Yahoo! groups has an NCE/DCC message board. Joining is easy and free:
http://groups.yahoo.com/group/NCE-DCC/


----------



## gunrunnerjohn (Nov 10, 2010)

I find Yahoo groups very kludgy and lame, but then that's just me. It's not the people, it's the awful software that Yahoo foists upon the users.


----------



## gc53dfgc (Apr 13, 2010)

why would you need Yahoo when you have a great DCC forum section on this site?
NCE seems like the best option out of them all as far as compatability with decoders and overall features and control. I would say ESU is the best option because of the standard wireless system as it comes and completely hook upable to the PC without any add ons and the controller layout is superb. The problem is there stop system. when stop is pressed it cuts all power to the track. This will not work with Tsunami decoders for startup and shutdown sequences as it requires a two stop system unlike a QSI decoder which is a function button start and stop. I wish QSI would offer aftermarket decoders to install into HO engines or ESU adopted the two button stop or Soundtraxx adapts to a function start stop system. There is no perfect solution as of right now.


Decided I would show you what ESU has to offer.
http://www.esu.eu/en/products/digitale-steuerung/ecos-50200-dcc-system/


----------



## Artieiii (Apr 25, 2011)

TJ,
Staring out the window has not helped (yet). Tracking info projects 2 more days till delivery......aarrgh. I also ordered a Digitrax HO SDH164D DCC/Sound decoder for my Bachmann Plus GS4 4-8-4 SP Daylight. If I successfully get that installed I will have DCC/sound in most of my fleet. I am looking forward to getting started on my first DCC/Sound conversion. I just hope I don't mess it up. But I really want to run my 2 MTH SP Daylight passenger cars.
-Art


----------



## tjcruiser (Jan 10, 2010)

Artieiii said:


> ... 2 more days till delivery......aarrgh.




Bummer ...


----------



## Artieiii (Apr 25, 2011)

*NCE Power Cab has arrived*

An early xmas present came in the mail today. My NCE Power Cab and a Digitrax SDH164D wired decoder with Sound. Can't wait to get home from work to check it out! Now I can finally see what my 2 Lionel HO Veranda's and the rest of my fleet can do with DCC.
-Art


----------



## Artieiii (Apr 25, 2011)

Power Cab is up and running on my 4x8 test track. It only took a few minutes to set it up. Did a test run with 2 engines all is good 
-Art


----------



## Batfink (Mar 25, 2010)

Good to hear, have you tried out the momentum function, makes it so easy, I ussually set mine around 4 or 5.


----------



## Artieiii (Apr 25, 2011)

Batfink said:


> Good to hear, have you tried out the momentum function, makes it so easy, I ussually set mine around 4 or 5.

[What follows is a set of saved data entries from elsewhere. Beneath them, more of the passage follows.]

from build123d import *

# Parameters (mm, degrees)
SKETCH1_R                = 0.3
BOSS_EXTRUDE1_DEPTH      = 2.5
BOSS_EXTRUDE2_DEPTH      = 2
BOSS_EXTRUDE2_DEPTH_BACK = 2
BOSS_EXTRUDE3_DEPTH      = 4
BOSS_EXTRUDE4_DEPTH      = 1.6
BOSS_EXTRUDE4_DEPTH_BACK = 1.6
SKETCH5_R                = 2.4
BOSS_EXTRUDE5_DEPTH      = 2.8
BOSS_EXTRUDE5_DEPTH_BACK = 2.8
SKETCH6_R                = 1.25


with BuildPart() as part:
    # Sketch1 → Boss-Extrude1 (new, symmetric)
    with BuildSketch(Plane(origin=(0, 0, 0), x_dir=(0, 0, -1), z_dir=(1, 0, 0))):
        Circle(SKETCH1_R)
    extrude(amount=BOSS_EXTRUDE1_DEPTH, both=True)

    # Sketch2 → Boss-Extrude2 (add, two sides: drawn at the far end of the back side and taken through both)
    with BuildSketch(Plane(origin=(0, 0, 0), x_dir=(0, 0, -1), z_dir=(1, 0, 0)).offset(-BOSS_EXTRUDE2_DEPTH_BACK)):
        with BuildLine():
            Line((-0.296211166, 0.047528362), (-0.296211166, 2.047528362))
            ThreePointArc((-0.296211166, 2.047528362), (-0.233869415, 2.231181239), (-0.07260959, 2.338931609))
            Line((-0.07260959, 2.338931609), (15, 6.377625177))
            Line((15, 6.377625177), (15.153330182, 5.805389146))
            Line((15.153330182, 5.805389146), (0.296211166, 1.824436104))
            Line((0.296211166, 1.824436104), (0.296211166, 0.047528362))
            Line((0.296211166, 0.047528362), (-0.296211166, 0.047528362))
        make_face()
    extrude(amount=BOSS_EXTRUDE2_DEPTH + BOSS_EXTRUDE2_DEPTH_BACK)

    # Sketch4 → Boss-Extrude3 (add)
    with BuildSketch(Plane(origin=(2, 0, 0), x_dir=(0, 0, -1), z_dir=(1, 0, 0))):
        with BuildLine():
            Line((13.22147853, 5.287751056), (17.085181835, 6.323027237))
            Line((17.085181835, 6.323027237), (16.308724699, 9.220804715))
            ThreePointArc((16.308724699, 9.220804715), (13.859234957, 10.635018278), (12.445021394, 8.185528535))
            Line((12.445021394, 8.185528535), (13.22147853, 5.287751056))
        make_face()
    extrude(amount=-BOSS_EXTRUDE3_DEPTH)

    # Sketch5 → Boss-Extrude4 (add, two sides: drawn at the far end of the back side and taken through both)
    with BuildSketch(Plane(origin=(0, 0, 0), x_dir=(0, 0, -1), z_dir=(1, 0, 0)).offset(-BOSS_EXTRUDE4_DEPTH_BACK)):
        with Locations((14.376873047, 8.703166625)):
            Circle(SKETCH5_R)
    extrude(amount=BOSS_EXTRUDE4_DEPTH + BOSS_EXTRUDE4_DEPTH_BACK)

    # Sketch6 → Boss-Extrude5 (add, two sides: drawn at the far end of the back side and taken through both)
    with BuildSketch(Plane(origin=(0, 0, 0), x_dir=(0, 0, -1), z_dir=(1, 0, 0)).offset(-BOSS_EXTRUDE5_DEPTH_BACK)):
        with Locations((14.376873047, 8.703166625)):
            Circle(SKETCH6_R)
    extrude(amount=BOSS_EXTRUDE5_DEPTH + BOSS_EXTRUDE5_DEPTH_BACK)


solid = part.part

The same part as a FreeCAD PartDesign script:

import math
import FreeCAD as App
import Part
import Sketcher

V = App.Vector
Q = App.Units.Quantity

doc = App.newDocument("Part")
body = doc.addObject("PartDesign::Body", "Body")

sketch1 = doc.addObject("Sketcher::SketchObject", "Sketch")
body.addObject(sketch1)
sketch1.AttachmentSupport = (doc.YZ_Plane, [""])
sketch1.MapMode = "FlatFace"
sketch1.addGeometry(Part.Circle(V(0, 0, 0), V(0, 0, 1), 0.3), False)
sketch1.addConstraint([
    Sketcher.Constraint("Coincident", 0, 3, -1, 1),
    Sketcher.Constraint("Diameter", 0, Q("0.6 mm")),
])
pad1 = doc.addObject("PartDesign::Pad", "Pad")
body.addObject(pad1)
pad1.Profile = sketch1
pad1.Length = 5
pad1.Midplane = True

sketch2 = doc.addObject("Sketcher::SketchObject", "Sketch001")
body.addObject(sketch2)
sketch2.AttachmentSupport = (doc.YZ_Plane, [""])
sketch2.MapMode = "FlatFace"
sketch2.addGeometry([
    Part.LineSegment(V(2.05, 0.3, 0), V(0.05, 0.3, 0)),
    Part.LineSegment(V(0.05, 0.3, 0), V(0.05, -0.3, 0)),
    Part.LineSegment(V(0.05, -0.3, 0), V(1.82, -0.3, 0)),
    Part.LineSegment(V(1.82, -0.3, 0), V(5.81, -15.15, 0)),
    Part.LineSegment(V(5.81, -15.15, 0), V(6.38, -15, 0)),
    Part.LineSegment(V(6.38, -15, 0), V(2.34, 0.07, 0)),
    Part.ArcOfCircle(Part.Circle(V(2.05, -0.01, 0), V(0, 0, 1), 0.3), math.radians(15), math.radians(90)),
], False)
sketch2.addConstraint([
    Sketcher.Constraint("Coincident", 0, 2, 1, 1),
    Sketcher.Constraint("Coincident", 1, 2, 2, 1),
    Sketcher.Constraint("Coincident", 2, 2, 3, 1),
    Sketcher.Constraint("Coincident", 3, 2, 4, 1),
    Sketcher.Constraint("Coincident", 4, 2, 5, 1),
    Sketcher.Constraint("Tangent", 5, 2, 6, 1),
    Sketcher.Constraint("Tangent", 6, 2, 0, 1),
    Sketcher.Constraint("Horizontal", 0),
    Sketcher.Constraint("Vertical", 1),
    Sketcher.Constraint("Horizontal", 2),
    Sketcher.Constraint("Perpendicular", 3, 4),
    Sketcher.Constraint("Perpendicular", 4, 5),
    Sketcher.Constraint("DistanceX", 0, 2, 0, 1, Q("2 mm")),
    Sketcher.Constraint("Angle", 3, Q("-75 deg")),
    Sketcher.Constraint("DistanceY", 4, 2, -1, 1, Q("15 mm")),
    Sketcher.Constraint("Radius", 6, Q("0.301683 mm")),
    Sketcher.Constraint("Distance", 3, Q("15.381221 mm")),
    Sketcher.Constraint("DistanceX", 2, 1, 2, 2, Q("1.776908 mm")),
    Sketcher.Constraint("DistanceY", 1, 2, 1, 1, Q("0.592422 mm")),
    Sketcher.Constraint("DistanceX", -1, 1, 6, 3, Q("2.047528 mm")),
])
pad2 = doc.addObject("PartDesign::Pad", "Pad001")
body.addObject(pad2)
pad2.Profile = sketch2
pad2.Type = "TwoLengths"
pad2.Length = 2
pad2.Length2 = 2

sketch3 = doc.addObject("Sketcher::SketchObject", "Sketch002")
body.addObject(sketch3)
sketch3.AttachmentSupport = (doc.YZ_Plane, [""])
sketch3.MapMode = "FlatFace"
sketch3.AttachmentOffset = App.Placement(V(0, 0, 2), App.Rotation())
sketch3.addGeometry([
    Part.LineSegment(V(5.3, -13.2, 0), V(6.3, -17.1, 0)),
    Part.LineSegment(V(6.3, -17.1, 0), V(9.2, -16.3, 0)),
    Part.ArcOfCircle(Part.Circle(V(8.7, -14.4, 0), V(0, 0, 1), 2), math.radians(-75), math.radians(105)),
    Part.LineSegment(V(8.2, -12.4, 0), V(5.3, -13.2, 0)),
], False)
sketch3.addConstraint([
    Sketcher.Constraint("Coincident", 0, 2, 1, 1),
    Sketcher.Constraint("Tangent", 1, 2, 2, 1),
    Sketcher.Constraint("Tangent", 2, 2, 3, 1),
    Sketcher.Constraint("Coincident", 3, 2, 0, 1),
    Sketcher.Constraint("Perpendicular", 0, 1),
    Sketcher.Constraint("Parallel", 1, 3),
    Sketcher.Constraint("Radius", 2, Q("2 mm")),
    Sketcher.Constraint("Angle", 0, Q("-75 deg")),
    Sketcher.Constraint("Distance", 1, Q("3 mm")),
    Sketcher.Constraint("DistanceY", 0, 2, -1, 1, Q("17.085182 mm")),
    Sketcher.Constraint("DistanceX", -1, 1, 2, 2, Q("8.185529 mm")),
])
pad3 = doc.addObject("PartDesign::Pad", "Pad002")
body.addObject(pad3)
pad3.Profile = sketch3
pad3.Length = 4
pad3.Reversed = True

sketch4 = doc.addObject("Sketcher::SketchObject", "Sketch003")
body.addObject(sketch4)
sketch4.AttachmentSupport = (doc.YZ_Plane, [""])
sketch4.MapMode = "FlatFace"
sketch4.addGeometry(Part.Circle(V(8.7, -14.4, 0), V(0, 0, 1), 2.4), False)
sketch4.addConstraint([
    Sketcher.Constraint("Diameter", 0, Q("4.8 mm")),
    Sketcher.Constraint("DistanceX", -1, 1, 0, 3, Q("8.703167 mm")),
    Sketcher.Constraint("DistanceY", 0, 3, -1, 1, Q("14.376873 mm")),
])
pad4 = doc.addObject("PartDesign::Pad", "Pad003")
body.addObject(pad4)
pad4.Profile = sketch4
pad4.Type = "TwoLengths"
pad4.Length = 1.6
pad4.Length2 = 1.6

sketch5 = doc.addObject("Sketcher::SketchObject", "Sketch004")
body.addObject(sketch5)
sketch5.AttachmentSupport = (doc.YZ_Plane, [""])
sketch5.MapMode = "FlatFace"
sketch5.addGeometry(Part.Circle(V(8.7, -14.4, 0), V(0, 0, 1), 1.2), False)
sketch5.addConstraint([
    Sketcher.Constraint("Diameter", 0, Q("2.5 mm")),
    Sketcher.Constraint("DistanceX", -1, 1, 0, 3, Q("8.703167 mm")),
    Sketcher.Constraint("DistanceY", 0, 3, -1, 1, Q("14.376873 mm")),
])
pad5 = doc.addObject("PartDesign::Pad", "Pad004")
body.addObject(pad5)
pad5.Profile = sketch5
pad5.Type = "TwoLengths"
pad5.Length = 2.8
pad5.Length2 = 2.8

doc.recompute()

No I did not try the momentum button. I will give it a try. So far, I am very happy with my purchase. I still have to figure out how to use the accessory buttons for the various effects the engine are capable of. Obviously the horn and bell buttons are self explanatory. I have been busy with work and not able to spent much time with the trains.
-Art


----------